Ms Mackay insisted: “That site could have been saved. Labour promised to save it – they promised £200 million – and the message from the workers is clear: show us the money.”
She said that the Grangemouth plant “could have been nationalised”, adding: “We cannot leave the future of our communities in the hands of billionaires who are all too happy to abandon us when the money dries up.”
With the Scottish Greens having set the target of overtaking Labour in May’s Holyrood ballot, Ms Mackay said her party was “on the verge of a historic election” with the “chance to elect more green voices than ever before”.
She also told how the birth of her first child, Callan, in June meant she had “never felt more committed to building a greener Scotland”.

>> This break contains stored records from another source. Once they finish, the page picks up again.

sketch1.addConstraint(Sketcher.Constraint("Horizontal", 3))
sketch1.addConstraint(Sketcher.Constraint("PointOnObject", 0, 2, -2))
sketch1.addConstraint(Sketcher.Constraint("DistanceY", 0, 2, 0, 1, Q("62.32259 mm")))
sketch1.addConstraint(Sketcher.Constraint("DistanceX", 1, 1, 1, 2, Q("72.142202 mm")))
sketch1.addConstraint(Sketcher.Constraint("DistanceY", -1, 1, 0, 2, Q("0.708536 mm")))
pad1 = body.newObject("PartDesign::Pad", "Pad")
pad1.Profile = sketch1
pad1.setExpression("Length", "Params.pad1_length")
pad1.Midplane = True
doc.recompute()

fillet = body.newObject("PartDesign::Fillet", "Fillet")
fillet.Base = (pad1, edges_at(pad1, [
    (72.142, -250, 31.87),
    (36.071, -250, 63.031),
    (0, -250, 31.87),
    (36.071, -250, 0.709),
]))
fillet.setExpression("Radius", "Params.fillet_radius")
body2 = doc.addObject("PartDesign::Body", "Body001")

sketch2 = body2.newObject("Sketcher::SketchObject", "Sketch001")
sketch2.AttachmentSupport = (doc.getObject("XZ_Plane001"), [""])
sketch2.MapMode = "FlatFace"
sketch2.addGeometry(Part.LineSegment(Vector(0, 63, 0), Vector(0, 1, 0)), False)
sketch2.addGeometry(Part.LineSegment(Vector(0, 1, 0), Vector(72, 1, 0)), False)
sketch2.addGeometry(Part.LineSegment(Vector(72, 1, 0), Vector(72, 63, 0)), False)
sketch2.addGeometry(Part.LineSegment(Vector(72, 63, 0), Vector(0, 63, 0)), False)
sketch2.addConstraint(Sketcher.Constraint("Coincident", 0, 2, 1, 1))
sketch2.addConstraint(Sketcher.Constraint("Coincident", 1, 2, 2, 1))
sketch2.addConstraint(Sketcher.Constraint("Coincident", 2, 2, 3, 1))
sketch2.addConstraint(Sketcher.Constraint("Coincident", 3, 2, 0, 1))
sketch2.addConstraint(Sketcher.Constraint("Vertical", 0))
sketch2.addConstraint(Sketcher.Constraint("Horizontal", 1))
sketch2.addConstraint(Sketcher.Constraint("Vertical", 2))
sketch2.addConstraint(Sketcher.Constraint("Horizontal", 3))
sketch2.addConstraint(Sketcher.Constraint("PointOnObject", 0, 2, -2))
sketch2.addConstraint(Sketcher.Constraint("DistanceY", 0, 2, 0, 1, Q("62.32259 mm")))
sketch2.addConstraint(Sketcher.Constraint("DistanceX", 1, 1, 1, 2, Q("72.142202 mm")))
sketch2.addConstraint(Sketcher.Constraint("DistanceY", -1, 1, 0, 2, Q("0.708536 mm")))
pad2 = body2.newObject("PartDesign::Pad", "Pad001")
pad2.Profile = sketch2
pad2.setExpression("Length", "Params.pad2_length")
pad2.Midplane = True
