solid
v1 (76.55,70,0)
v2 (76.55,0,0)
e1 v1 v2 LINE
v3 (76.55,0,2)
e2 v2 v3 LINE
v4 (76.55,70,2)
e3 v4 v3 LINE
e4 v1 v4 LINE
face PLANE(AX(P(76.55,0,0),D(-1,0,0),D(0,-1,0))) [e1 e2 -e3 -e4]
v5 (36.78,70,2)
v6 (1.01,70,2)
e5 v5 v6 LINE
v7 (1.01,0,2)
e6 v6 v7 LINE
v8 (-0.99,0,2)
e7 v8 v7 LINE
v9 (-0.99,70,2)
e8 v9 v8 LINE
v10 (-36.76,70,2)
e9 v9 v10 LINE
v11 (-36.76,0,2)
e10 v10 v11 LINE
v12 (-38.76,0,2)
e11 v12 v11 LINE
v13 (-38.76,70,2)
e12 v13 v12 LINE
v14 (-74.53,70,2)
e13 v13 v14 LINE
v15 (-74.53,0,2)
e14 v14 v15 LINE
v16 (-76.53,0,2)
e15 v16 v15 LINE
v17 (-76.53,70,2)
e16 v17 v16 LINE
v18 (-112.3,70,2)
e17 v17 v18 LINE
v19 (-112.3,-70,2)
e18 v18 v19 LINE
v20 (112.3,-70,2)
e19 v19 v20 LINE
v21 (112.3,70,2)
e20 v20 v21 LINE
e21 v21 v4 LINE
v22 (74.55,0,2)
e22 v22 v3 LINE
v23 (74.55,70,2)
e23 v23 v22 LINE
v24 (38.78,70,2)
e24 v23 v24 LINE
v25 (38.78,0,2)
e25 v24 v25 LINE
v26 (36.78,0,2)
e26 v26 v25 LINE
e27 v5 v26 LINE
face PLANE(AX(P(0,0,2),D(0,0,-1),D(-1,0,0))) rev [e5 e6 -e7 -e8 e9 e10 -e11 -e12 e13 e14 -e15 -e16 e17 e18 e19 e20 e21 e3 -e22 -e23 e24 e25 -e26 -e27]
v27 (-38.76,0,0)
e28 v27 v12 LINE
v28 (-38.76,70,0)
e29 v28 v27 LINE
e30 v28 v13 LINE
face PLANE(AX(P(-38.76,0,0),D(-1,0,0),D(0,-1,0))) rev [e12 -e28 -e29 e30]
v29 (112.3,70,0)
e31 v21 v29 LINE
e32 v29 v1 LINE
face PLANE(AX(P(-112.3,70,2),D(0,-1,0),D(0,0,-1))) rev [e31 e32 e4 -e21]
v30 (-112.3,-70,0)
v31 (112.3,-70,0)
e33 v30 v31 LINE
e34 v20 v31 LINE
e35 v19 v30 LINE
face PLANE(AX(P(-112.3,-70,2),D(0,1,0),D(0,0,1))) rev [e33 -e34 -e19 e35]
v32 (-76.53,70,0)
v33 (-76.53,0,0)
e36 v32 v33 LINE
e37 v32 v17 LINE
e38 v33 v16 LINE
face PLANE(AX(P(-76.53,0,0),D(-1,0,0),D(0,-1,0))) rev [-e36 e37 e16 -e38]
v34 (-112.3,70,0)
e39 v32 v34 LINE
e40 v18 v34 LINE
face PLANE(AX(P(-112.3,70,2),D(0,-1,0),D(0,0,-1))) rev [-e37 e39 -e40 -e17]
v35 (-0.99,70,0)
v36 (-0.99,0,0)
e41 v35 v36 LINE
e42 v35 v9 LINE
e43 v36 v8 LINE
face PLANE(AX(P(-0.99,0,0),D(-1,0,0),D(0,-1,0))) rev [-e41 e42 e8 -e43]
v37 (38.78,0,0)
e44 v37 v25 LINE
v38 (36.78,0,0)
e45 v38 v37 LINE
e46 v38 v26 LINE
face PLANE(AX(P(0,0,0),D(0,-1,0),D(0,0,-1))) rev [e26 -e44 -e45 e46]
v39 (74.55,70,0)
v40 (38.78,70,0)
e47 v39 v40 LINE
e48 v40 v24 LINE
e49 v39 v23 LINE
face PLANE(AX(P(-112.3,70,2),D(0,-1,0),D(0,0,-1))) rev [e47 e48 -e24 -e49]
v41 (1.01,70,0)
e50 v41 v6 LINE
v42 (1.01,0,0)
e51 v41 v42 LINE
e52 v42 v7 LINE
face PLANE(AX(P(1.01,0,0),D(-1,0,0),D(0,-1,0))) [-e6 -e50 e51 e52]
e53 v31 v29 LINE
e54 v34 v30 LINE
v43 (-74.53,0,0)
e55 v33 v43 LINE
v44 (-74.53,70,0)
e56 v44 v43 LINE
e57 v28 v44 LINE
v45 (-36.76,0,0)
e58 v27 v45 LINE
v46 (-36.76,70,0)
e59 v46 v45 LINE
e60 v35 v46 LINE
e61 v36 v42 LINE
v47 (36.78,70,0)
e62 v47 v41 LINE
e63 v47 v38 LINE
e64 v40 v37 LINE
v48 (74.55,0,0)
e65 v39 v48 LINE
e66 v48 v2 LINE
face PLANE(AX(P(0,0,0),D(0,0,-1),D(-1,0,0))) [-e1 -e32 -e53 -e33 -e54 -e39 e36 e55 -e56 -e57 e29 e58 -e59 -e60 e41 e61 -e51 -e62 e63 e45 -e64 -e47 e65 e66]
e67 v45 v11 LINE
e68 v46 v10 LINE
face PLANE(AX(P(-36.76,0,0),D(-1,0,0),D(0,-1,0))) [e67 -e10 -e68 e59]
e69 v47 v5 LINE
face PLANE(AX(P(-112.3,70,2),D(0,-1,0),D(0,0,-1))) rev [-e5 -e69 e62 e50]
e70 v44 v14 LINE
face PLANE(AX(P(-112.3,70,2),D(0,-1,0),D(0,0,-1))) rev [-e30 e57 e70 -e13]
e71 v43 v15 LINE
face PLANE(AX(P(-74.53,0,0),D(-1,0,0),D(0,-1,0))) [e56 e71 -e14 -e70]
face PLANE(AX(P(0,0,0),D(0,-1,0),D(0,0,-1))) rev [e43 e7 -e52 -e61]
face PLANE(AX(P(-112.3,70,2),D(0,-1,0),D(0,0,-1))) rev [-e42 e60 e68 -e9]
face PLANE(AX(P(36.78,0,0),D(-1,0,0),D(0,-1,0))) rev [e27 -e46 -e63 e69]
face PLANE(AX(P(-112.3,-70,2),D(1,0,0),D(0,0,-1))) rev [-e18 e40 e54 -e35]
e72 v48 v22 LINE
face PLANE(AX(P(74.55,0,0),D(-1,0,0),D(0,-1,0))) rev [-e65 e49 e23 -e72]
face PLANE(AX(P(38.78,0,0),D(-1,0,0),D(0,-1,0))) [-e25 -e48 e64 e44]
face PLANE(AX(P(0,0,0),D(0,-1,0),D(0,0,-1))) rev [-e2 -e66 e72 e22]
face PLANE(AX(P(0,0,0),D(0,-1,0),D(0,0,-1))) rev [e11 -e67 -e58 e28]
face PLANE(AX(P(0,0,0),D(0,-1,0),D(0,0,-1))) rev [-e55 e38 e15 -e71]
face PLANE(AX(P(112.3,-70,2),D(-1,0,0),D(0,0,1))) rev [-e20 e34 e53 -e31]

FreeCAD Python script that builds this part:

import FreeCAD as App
import Part
import Sketcher
from FreeCAD import Vector
Q = App.Units.Quantity


def add_polygon(sketch, points):
    """Adds a closed chain of lines whose ends are joined by coincident constraints."""
    first, n = sketch.GeometryCount, len(points)
    for a, b in zip(points, points[1:] + points[:1]):
        sketch.addGeometry(Part.LineSegment(App.Vector(*a, 0), App.Vector(*b, 0)), False)
    for i in range(n):
        sketch.addConstraint(Sketcher.Constraint("Coincident", first + i, 2, first + (i + 1) % n, 1))

doc = App.newDocument("Part")
params = doc.addObject("Spreadsheet::Sheet", "Params")
for row, (alias, value) in enumerate([
    ("sketch1_height", "140 mm"),
    ("sketch1_width", "224.6 mm"),
    ("pad1_length", "2 mm"),
    ("sketch2_width", "2 mm"),
    ("sketch2_height", "70 mm"),
], start=1):
    params.set(f"A{row}", alias)
    params.set(f"B{row}", "=" + value)
    params.setAlias(f"B{row}", alias)

body = doc.addObject("PartDesign::Body", "Body")

# Sketch on XY plane
sketch1 = body.newObject("Sketcher::SketchObject", "Sketch")
sketch1.AttachmentSupport = (doc.getObject("XY_Plane"), [""])
sketch1.MapMode = "FlatFace"
add_polygon(sketch1, [(-112, 70), (-112, -70), (112, -70), (112, 70)])  # lines 0-3
sketch1.addConstraint([
    Sketcher.Constraint("Vertical", 0),
    Sketcher.Constraint("Horizontal", 1),
    Sketcher.Constraint("Vertical", 2),
    Sketcher.Constraint("Horizontal", 3),
    Sketcher.Constraint("Symmetric", 0, 2, 2, 2, -1, 1),
    Sketcher.Constraint("DistanceY", 0, 2, 0, 1, Q("140 mm")),
    Sketcher.Constraint("DistanceX", 1, 1, 1, 2, Q("224.6 mm")),
])
sketch1.setExpression("Constraints[9]", "Params.sketch1_height")
sketch1.setExpression("Constraints[10]", "Params.sketch1_width")
pad1 = body.newObject("PartDesign::Pad", "Pad")
pad1.Profile = sketch1
pad1.setExpression("Length", "Params.pad1_length")

# Sketch on XY plane
sketch2 = body.newObject("Sketcher::SketchObject", "Sketch001")
sketch2.AttachmentSupport = (doc.getObject("XY_Plane"), [""])
sketch2.MapMode = "FlatFace"
sketch2.AttachmentOffset = App.Placement(Vector(0, 0, 2), App.Rotation())
add_polygon(sketch2, [(-76.5, 70), (-76.5, 0), (-74.5, 0), (-74.5, 70)])  # lines 0-3
add_polygon(sketch2, [(-38.8, 70), (-38.8, 0), (-36.8, 0), (-36.8, 70)])  # lines 4-7
add_polygon(sketch2, [(-1, 70), (-1, 0), (1, 0), (1, 70)])  # lines 8-11
add_polygon(sketch2, [(74.5, 70), (74.5, 0), (76.5, 0), (76.5, 70)])  # lines 12-15
add_polygon(sketch2, [(36.8, 70), (36.8, 0), (38.8, 0), (38.8, 70)])  # lines 16-19
sketch2.addConstraint([
    Sketcher.Constraint("Vertical", 0),
    Sketcher.Constraint("Horizontal", 1),
    Sketcher.Constraint("Vertical", 2),
    Sketcher.Constraint("Horizontal", 3),
    Sketcher.Constraint("Vertical", 4),
    Sketcher.Constraint("Horizontal", 5),
    Sketcher.Constraint("Vertical", 6),
    Sketcher.Constraint("Horizontal", 7),
    Sketcher.Constraint("Vertical", 8),
    Sketcher.Constraint("Horizontal", 9),
    Sketcher.Constraint("Vertical", 10),
    Sketcher.Constraint("Horizontal", 11),
    Sketcher.Constraint("Vertical", 12),
    Sketcher.Constraint("Horizontal", 13),
    Sketcher.Constraint("Vertical", 14),
    Sketcher.Constraint("Horizontal", 15),
    Sketcher.Constraint("Vertical", 16),
    Sketcher.Constraint("Horizontal", 17),
    Sketcher.Constraint("Vertical", 18),
    Sketcher.Constraint("Horizontal", 19),
    Sketcher.Constraint("PointOnObject", 0, 2, -1),
    Sketcher.Constraint("PointOnObject", 4, 2, -1),
    Sketcher.Constraint("PointOnObject", 8, 2, -1),
    Sketcher.Constraint("PointOnObject", 12, 2, -1),
    Sketcher.Constraint("PointOnObject", 16, 2, -1),
    Sketcher.Constraint("Horizontal", 3, 2, 6, 2),
    Sketcher.Constraint("Horizontal", 7, 2, 10, 2),
    Sketcher.Constraint("Horizontal", 11, 2, 14, 2),
    Sketcher.Constraint("Horizontal", 15, 2, 18, 2),
    Sketcher.Constraint("Equal", 3, 5),
    Sketcher.Constraint("Equal", 7, 9),
    Sketcher.Constraint("Equal", 11, 13),
    Sketcher.Constraint("Equal", 15, 17),
    Sketcher.Constraint("DistanceX", 1, 1, 1, 2, Q("2 mm")),
    Sketcher.Constraint("DistanceY", 0, 2, 0, 1, Q("70 mm")),
    Sketcher.Constraint("DistanceX", 0, 2, -1, 1, Q("76.53 mm")),
    Sketcher.Constraint("DistanceX", 4, 2, -1, 1, Q("38.76 mm")),
    Sketcher.Constraint("DistanceX", 8, 2, -1, 1, Q("0.99 mm")),
    Sketcher.Constraint("DistanceX", -1, 1, 12, 2, Q("74.55 mm")),
    Sketcher.Constraint("DistanceX", -1, 1, 16, 2, Q("36.78 mm")),
])
sketch2.setExpression("Constraints[53]", "Params.sketch2_width")
sketch2.setExpression("Constraints[54]", "Params.sketch2_height")
pocket1 = body.newObject("PartDesign::Pocket", "Pocket")
pocket1.Profile = sketch2
pocket1.Type = "ThroughAll"

doc.recompute()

She joked that she was speaking at Saturday’s conference “in relatively one piece, without too much baby dribble on me” as she said the Green model, with two co-leaders at the helm, had allowed her to take on the challenge.
“In other parties there would have been a whole load of barriers to a new mum being elected to a leadership role,” Ms Mackay said.
“It is only because of our co-leadership model and the support of ordinary members, I have been afforded this opportunity.”
She continued: “The support I have had says something about our party and the values we stand for.
“When I think about the country I want us to be, it is one where we support each other, one where we lift each other up and one where we do things differently.”